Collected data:
■ ■ ■ ■ ■

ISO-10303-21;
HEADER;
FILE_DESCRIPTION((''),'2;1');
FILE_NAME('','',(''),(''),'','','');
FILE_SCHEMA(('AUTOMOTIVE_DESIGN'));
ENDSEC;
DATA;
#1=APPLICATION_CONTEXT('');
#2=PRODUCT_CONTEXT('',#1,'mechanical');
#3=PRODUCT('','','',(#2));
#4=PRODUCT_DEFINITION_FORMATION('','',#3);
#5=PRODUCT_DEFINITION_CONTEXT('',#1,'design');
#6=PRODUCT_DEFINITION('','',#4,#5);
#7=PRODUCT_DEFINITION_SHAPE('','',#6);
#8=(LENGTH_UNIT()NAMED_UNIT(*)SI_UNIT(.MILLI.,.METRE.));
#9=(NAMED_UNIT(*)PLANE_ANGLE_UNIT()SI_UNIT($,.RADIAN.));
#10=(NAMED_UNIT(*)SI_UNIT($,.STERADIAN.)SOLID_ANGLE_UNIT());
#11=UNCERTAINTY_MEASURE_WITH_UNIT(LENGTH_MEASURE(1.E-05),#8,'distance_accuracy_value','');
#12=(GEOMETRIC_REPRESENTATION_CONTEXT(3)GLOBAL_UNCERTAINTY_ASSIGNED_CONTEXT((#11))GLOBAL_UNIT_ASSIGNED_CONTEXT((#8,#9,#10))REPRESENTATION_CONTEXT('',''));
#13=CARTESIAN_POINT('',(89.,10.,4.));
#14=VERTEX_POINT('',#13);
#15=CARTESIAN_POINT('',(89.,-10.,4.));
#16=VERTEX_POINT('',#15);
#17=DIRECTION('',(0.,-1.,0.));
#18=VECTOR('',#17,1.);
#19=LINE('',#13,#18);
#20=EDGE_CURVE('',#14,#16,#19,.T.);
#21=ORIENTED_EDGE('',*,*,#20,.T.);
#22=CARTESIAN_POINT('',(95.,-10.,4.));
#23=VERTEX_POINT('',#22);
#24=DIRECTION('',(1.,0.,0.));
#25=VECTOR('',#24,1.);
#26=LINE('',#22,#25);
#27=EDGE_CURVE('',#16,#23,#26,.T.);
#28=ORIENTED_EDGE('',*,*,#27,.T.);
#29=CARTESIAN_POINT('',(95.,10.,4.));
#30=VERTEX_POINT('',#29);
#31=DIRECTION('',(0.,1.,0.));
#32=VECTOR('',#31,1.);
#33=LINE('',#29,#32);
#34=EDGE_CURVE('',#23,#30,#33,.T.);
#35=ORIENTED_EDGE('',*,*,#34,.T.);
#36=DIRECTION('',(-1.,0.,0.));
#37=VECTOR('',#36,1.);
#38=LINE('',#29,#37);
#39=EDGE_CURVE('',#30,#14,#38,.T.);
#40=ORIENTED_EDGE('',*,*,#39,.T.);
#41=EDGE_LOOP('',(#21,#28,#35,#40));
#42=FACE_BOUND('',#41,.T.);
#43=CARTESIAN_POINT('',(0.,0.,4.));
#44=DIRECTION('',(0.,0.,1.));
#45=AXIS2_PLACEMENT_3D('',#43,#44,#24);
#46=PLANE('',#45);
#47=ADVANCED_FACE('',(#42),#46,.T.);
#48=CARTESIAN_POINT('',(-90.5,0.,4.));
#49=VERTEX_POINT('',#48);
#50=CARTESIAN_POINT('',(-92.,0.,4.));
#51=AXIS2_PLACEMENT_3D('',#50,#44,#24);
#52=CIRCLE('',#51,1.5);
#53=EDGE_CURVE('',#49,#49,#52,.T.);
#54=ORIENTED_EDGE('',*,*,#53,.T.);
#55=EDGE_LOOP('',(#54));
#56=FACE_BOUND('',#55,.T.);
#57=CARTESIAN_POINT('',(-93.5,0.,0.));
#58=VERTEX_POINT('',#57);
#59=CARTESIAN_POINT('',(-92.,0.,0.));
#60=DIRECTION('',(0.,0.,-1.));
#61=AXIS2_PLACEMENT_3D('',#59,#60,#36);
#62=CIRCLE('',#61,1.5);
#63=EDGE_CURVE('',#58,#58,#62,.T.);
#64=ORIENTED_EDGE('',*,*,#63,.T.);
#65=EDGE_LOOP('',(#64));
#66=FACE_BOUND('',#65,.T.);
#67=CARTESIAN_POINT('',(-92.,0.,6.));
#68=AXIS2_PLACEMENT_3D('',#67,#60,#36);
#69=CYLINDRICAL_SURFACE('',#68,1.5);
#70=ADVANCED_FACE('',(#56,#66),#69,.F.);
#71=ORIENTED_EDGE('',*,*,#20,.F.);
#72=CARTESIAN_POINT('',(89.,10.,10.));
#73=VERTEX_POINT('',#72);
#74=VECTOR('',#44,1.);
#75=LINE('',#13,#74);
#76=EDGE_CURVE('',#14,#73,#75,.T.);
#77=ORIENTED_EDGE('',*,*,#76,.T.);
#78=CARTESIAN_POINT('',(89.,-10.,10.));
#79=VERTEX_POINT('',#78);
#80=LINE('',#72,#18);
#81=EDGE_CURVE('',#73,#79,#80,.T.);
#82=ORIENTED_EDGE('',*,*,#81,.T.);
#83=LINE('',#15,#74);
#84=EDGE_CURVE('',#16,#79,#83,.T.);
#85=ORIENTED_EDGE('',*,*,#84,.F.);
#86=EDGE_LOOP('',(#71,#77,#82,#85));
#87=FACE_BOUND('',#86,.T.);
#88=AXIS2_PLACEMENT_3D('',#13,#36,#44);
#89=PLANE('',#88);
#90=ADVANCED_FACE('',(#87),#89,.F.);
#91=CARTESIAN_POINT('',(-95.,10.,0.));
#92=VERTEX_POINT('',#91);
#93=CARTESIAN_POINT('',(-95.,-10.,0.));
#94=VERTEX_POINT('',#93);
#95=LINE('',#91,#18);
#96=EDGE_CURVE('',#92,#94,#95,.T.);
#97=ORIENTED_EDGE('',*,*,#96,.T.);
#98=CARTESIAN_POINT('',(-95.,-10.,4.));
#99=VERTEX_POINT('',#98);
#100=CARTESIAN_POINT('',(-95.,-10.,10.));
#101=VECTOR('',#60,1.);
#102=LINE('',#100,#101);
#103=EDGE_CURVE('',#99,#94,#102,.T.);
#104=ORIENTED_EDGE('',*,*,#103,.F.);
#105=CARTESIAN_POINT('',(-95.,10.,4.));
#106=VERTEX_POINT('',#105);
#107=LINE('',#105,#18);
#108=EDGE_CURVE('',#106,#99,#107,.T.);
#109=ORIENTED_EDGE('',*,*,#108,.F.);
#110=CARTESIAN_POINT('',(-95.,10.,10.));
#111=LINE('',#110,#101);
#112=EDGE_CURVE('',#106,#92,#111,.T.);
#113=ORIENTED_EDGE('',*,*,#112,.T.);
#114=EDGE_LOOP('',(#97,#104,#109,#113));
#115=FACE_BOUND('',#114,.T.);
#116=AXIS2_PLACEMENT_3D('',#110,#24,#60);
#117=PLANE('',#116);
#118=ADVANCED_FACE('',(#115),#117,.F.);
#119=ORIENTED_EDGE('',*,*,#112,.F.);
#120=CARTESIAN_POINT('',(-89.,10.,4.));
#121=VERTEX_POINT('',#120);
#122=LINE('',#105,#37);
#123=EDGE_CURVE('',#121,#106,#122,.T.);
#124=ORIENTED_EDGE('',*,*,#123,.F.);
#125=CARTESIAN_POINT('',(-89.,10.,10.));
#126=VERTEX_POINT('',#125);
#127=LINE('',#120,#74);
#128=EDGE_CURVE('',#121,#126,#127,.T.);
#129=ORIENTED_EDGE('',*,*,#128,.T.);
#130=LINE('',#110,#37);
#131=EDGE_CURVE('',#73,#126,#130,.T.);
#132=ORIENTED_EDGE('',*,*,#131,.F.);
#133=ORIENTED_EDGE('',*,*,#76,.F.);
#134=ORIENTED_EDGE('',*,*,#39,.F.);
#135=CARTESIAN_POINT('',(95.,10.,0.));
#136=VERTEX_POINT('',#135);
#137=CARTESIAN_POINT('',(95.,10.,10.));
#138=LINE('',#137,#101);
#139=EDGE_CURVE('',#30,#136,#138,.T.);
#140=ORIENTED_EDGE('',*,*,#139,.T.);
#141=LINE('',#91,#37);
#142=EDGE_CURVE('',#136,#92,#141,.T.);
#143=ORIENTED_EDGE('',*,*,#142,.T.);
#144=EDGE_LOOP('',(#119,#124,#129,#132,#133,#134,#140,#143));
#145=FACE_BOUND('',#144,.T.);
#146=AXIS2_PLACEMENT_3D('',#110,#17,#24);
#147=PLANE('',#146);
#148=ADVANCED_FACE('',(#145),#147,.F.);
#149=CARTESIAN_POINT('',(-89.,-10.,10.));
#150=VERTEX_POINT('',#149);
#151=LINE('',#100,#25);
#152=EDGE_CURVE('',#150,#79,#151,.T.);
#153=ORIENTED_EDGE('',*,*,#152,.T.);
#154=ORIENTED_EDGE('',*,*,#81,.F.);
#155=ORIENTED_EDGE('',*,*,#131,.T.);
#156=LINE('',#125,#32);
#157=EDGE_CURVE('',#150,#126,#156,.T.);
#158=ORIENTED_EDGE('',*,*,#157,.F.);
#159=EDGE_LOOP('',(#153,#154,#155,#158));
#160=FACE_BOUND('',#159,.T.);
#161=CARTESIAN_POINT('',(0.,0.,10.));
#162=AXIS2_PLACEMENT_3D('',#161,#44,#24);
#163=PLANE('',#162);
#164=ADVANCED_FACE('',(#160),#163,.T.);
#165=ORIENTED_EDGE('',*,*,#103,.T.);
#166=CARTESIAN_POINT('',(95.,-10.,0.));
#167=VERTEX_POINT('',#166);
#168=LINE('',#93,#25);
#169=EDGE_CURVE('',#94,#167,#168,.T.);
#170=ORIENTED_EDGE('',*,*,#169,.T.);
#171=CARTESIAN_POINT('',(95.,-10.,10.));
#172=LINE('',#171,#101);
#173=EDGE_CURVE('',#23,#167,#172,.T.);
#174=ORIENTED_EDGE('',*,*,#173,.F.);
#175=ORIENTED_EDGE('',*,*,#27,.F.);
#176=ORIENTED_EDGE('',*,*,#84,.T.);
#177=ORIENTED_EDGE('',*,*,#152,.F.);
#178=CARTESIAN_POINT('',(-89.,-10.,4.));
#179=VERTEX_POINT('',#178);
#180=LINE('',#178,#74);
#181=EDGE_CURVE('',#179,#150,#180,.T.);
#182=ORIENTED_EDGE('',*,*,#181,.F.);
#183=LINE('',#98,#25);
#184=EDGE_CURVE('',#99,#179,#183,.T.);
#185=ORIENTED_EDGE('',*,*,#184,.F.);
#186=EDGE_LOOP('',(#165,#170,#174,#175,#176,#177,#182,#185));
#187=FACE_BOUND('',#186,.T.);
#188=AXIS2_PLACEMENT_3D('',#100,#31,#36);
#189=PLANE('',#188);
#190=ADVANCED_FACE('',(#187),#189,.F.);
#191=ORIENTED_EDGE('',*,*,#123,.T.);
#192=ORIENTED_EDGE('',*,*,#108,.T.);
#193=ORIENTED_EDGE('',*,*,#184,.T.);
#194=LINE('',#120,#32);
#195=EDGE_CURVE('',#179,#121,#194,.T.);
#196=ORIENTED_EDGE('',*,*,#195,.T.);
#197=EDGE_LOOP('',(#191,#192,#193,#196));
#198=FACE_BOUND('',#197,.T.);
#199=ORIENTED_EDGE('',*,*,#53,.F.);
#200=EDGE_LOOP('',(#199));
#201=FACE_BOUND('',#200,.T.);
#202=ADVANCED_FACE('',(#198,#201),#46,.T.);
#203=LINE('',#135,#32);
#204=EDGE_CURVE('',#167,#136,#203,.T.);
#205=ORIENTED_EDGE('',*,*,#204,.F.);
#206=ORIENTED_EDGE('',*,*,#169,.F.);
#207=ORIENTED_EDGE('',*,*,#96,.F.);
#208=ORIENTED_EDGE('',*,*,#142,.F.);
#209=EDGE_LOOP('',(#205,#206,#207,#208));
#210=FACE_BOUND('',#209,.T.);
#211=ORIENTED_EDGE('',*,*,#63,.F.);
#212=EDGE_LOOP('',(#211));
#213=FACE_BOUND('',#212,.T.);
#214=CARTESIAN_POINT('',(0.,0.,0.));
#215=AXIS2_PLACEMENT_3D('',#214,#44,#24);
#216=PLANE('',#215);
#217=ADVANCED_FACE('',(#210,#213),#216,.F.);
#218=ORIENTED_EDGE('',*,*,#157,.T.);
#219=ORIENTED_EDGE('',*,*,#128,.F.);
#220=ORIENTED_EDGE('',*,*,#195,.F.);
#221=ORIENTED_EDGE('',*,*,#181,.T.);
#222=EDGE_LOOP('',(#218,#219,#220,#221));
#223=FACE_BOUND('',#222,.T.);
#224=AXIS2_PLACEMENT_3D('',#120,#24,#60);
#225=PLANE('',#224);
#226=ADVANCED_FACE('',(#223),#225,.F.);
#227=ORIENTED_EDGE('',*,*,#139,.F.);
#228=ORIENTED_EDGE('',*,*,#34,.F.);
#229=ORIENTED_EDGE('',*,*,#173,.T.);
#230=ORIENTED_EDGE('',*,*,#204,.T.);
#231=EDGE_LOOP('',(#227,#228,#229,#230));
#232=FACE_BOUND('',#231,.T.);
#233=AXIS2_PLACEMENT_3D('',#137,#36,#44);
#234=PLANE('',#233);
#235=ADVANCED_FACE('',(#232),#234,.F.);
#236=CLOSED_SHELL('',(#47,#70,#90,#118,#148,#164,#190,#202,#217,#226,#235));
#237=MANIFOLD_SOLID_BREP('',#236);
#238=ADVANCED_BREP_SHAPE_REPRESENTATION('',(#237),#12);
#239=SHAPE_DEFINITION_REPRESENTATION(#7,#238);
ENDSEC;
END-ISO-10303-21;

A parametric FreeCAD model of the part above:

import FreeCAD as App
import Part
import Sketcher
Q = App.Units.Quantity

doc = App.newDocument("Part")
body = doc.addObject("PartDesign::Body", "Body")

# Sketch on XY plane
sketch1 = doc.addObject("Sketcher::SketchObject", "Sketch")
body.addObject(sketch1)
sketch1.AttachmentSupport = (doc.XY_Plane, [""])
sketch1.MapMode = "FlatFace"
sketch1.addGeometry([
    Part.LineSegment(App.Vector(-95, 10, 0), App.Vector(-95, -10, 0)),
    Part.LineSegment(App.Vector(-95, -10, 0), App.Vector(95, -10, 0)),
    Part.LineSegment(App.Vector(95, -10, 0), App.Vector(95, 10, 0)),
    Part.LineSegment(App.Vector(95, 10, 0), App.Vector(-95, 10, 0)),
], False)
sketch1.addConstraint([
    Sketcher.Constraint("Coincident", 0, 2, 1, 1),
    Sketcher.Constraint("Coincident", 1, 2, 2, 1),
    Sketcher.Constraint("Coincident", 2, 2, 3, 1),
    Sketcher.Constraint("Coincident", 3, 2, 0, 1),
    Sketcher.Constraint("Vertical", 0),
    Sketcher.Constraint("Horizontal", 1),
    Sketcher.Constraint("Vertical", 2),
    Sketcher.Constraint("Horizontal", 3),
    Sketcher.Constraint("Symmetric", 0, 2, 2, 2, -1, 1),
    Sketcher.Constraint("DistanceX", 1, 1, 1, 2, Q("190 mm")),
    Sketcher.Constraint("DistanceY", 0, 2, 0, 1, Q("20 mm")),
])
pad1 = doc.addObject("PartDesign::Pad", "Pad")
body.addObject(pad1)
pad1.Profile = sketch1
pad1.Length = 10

■ ■ ■ ■ ■

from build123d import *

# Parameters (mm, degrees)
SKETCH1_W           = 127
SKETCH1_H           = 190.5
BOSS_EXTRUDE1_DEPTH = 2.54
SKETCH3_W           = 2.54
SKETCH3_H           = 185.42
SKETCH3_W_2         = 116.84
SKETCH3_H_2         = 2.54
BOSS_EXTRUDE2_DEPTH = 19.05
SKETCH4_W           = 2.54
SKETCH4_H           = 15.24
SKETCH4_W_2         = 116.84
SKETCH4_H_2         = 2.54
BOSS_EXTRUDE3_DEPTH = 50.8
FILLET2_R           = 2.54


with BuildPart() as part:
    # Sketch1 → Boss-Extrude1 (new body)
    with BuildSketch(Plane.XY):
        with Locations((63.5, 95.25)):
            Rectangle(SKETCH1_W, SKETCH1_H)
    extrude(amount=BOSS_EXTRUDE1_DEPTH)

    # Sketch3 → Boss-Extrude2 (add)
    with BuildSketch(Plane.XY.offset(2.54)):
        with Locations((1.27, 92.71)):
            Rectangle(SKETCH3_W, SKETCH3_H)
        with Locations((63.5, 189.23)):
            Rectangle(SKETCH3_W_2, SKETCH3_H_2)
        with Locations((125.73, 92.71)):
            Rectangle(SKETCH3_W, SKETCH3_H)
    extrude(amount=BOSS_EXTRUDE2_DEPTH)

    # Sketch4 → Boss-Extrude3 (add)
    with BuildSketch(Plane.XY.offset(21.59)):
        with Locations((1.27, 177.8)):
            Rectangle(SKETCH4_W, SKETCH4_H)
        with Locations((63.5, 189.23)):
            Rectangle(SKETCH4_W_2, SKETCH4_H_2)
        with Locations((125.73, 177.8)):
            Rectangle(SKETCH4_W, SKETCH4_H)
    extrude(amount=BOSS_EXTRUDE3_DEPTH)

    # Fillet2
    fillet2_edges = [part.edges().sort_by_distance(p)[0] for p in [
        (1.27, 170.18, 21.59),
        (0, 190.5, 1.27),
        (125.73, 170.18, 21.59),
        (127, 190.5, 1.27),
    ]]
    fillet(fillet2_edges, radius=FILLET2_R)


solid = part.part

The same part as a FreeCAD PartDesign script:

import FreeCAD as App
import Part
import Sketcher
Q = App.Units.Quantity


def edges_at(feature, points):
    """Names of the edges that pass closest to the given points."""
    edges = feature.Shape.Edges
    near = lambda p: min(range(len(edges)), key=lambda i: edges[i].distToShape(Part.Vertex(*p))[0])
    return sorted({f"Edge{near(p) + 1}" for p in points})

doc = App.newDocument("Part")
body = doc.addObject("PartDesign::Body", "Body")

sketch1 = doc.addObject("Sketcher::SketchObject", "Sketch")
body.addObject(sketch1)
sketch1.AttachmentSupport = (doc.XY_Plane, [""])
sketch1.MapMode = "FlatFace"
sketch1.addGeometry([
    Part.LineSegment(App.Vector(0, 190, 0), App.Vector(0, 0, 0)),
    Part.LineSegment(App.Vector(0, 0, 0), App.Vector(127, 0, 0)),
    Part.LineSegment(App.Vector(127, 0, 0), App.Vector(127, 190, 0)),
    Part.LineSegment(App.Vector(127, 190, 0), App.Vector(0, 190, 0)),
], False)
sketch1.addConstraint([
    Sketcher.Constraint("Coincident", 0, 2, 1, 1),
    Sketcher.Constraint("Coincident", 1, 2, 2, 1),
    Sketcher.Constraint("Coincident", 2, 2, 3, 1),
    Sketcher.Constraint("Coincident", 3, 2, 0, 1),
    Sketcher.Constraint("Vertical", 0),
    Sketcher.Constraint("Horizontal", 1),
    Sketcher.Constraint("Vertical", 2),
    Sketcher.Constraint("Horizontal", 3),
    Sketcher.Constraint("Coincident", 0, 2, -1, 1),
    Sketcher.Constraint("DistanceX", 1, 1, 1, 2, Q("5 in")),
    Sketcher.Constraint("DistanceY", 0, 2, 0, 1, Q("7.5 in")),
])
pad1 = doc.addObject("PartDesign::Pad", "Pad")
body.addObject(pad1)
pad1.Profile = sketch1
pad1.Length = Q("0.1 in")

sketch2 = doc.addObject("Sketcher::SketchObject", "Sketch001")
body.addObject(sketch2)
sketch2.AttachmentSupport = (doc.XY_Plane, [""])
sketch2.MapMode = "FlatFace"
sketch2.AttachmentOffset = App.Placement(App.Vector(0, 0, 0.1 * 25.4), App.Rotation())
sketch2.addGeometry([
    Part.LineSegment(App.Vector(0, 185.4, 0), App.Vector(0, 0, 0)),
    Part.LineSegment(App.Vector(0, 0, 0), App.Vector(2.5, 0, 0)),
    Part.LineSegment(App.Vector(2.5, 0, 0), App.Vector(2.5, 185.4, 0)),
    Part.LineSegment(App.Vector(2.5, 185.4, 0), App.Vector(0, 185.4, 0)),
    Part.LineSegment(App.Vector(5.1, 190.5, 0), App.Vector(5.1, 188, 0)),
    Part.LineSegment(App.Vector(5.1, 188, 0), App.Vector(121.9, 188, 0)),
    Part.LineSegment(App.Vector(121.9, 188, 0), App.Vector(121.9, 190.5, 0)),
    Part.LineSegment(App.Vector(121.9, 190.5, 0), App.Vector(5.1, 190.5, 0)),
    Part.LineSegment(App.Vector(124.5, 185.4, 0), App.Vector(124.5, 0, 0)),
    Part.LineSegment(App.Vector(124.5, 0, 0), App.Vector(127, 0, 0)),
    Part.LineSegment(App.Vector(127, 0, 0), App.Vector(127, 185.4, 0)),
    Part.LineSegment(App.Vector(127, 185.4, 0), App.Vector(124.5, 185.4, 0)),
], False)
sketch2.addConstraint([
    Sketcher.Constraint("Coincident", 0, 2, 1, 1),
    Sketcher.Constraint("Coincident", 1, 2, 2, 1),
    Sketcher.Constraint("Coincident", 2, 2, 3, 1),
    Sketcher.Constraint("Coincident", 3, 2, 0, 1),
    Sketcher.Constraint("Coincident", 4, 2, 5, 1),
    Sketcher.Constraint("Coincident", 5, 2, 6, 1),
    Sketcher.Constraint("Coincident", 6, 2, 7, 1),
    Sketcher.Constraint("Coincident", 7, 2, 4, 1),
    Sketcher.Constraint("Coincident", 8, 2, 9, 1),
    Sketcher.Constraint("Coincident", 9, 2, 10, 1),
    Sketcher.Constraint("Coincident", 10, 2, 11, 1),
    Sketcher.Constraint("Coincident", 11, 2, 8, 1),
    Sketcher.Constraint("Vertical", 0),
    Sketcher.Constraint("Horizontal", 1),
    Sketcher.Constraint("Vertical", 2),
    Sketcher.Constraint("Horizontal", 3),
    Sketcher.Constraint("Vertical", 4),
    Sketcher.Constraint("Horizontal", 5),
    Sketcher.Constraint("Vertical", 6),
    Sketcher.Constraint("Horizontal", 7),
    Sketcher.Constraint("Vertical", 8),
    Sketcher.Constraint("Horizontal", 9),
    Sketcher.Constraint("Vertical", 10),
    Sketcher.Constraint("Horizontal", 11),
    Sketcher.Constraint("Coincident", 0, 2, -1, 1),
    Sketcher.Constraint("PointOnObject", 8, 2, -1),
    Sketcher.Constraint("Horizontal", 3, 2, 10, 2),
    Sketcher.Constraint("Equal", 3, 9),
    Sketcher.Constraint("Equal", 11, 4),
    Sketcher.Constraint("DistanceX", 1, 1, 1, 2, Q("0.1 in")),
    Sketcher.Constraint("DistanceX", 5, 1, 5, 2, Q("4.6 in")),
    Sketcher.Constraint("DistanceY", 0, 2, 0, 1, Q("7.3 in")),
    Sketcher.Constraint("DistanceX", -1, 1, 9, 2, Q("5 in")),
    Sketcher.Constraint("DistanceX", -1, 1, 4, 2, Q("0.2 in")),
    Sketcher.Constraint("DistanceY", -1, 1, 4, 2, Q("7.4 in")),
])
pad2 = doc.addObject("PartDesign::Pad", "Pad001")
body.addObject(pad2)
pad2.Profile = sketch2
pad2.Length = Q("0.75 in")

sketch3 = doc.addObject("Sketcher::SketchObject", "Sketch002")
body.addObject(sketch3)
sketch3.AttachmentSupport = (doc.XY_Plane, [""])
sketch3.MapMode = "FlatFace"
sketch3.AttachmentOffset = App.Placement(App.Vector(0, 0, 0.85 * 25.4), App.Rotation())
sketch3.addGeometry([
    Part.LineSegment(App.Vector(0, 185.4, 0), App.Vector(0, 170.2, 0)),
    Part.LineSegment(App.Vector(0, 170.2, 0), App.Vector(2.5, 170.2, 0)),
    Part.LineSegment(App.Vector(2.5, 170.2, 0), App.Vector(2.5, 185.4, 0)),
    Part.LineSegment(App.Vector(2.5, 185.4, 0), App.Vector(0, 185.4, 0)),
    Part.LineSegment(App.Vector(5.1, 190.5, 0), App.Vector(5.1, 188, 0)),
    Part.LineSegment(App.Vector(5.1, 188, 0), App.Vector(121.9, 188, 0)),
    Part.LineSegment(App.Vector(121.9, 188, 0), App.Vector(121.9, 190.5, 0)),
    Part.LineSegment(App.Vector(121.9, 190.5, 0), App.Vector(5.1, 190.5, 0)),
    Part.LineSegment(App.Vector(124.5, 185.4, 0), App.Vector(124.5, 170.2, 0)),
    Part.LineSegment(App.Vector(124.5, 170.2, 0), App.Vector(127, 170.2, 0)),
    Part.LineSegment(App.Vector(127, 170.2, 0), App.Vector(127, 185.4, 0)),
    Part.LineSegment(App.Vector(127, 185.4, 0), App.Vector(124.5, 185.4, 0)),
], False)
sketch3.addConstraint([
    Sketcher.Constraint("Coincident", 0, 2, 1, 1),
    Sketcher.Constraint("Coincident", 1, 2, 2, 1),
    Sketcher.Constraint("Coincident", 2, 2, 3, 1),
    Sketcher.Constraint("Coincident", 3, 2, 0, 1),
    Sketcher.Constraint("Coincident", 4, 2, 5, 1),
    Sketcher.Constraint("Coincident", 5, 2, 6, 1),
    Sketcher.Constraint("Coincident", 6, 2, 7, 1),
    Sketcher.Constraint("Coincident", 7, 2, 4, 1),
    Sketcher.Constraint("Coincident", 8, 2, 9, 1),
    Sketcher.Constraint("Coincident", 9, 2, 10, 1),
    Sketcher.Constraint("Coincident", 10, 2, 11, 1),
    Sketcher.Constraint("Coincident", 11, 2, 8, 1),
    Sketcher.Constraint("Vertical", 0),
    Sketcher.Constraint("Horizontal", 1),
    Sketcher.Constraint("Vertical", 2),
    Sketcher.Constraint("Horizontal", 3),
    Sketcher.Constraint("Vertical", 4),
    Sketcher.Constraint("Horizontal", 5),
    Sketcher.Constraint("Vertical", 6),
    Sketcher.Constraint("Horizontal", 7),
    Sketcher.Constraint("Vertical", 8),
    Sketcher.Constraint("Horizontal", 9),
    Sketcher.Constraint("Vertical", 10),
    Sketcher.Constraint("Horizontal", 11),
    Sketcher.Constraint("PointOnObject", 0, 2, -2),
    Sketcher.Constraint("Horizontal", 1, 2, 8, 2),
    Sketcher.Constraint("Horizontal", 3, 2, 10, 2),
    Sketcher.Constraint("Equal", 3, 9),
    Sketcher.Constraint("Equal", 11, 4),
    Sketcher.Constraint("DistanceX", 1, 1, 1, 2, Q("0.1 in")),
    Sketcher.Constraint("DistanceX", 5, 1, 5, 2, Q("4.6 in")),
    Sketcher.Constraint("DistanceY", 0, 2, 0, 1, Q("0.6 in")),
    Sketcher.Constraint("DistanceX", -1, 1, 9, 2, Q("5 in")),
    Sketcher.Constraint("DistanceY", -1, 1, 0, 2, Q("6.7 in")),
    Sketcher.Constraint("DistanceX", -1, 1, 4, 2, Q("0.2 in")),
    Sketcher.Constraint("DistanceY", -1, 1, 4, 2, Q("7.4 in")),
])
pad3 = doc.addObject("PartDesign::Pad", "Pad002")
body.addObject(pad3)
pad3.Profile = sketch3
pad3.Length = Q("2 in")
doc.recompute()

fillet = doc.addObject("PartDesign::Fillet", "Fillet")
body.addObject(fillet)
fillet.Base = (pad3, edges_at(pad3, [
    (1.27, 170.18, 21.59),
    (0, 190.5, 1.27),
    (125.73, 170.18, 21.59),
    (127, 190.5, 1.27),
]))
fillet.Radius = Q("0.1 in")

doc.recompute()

■ ■ ■ ■ ■

* **Assignment**
Starting at the line above that contains "#203=LINE('',#135,#32);", write out each line exactly until the line that contains "#213=FACE_BOUND('',#212,.T.);" has been written, and stop there.

* **Your response**
#203=LINE('',#135,#32);
#204=EDGE_CURVE('',#167,#136,#203,.T.);
#205=ORIENTED_EDGE('',*,*,#204,.F.);
#206=ORIENTED_EDGE('',*,*,#169,.F.);
#207=ORIENTED_EDGE('',*,*,#96,.F.);
#208=ORIENTED_EDGE('',*,*,#142,.F.);
#209=EDGE_LOOP('',(#205,#206,#207,#208));
#210=FACE_BOUND('',#209,.T.);
#211=ORIENTED_EDGE('',*,*,#63,.F.);
#212=EDGE_LOOP('',(#211));
#213=FACE_BOUND('',#212,.T.);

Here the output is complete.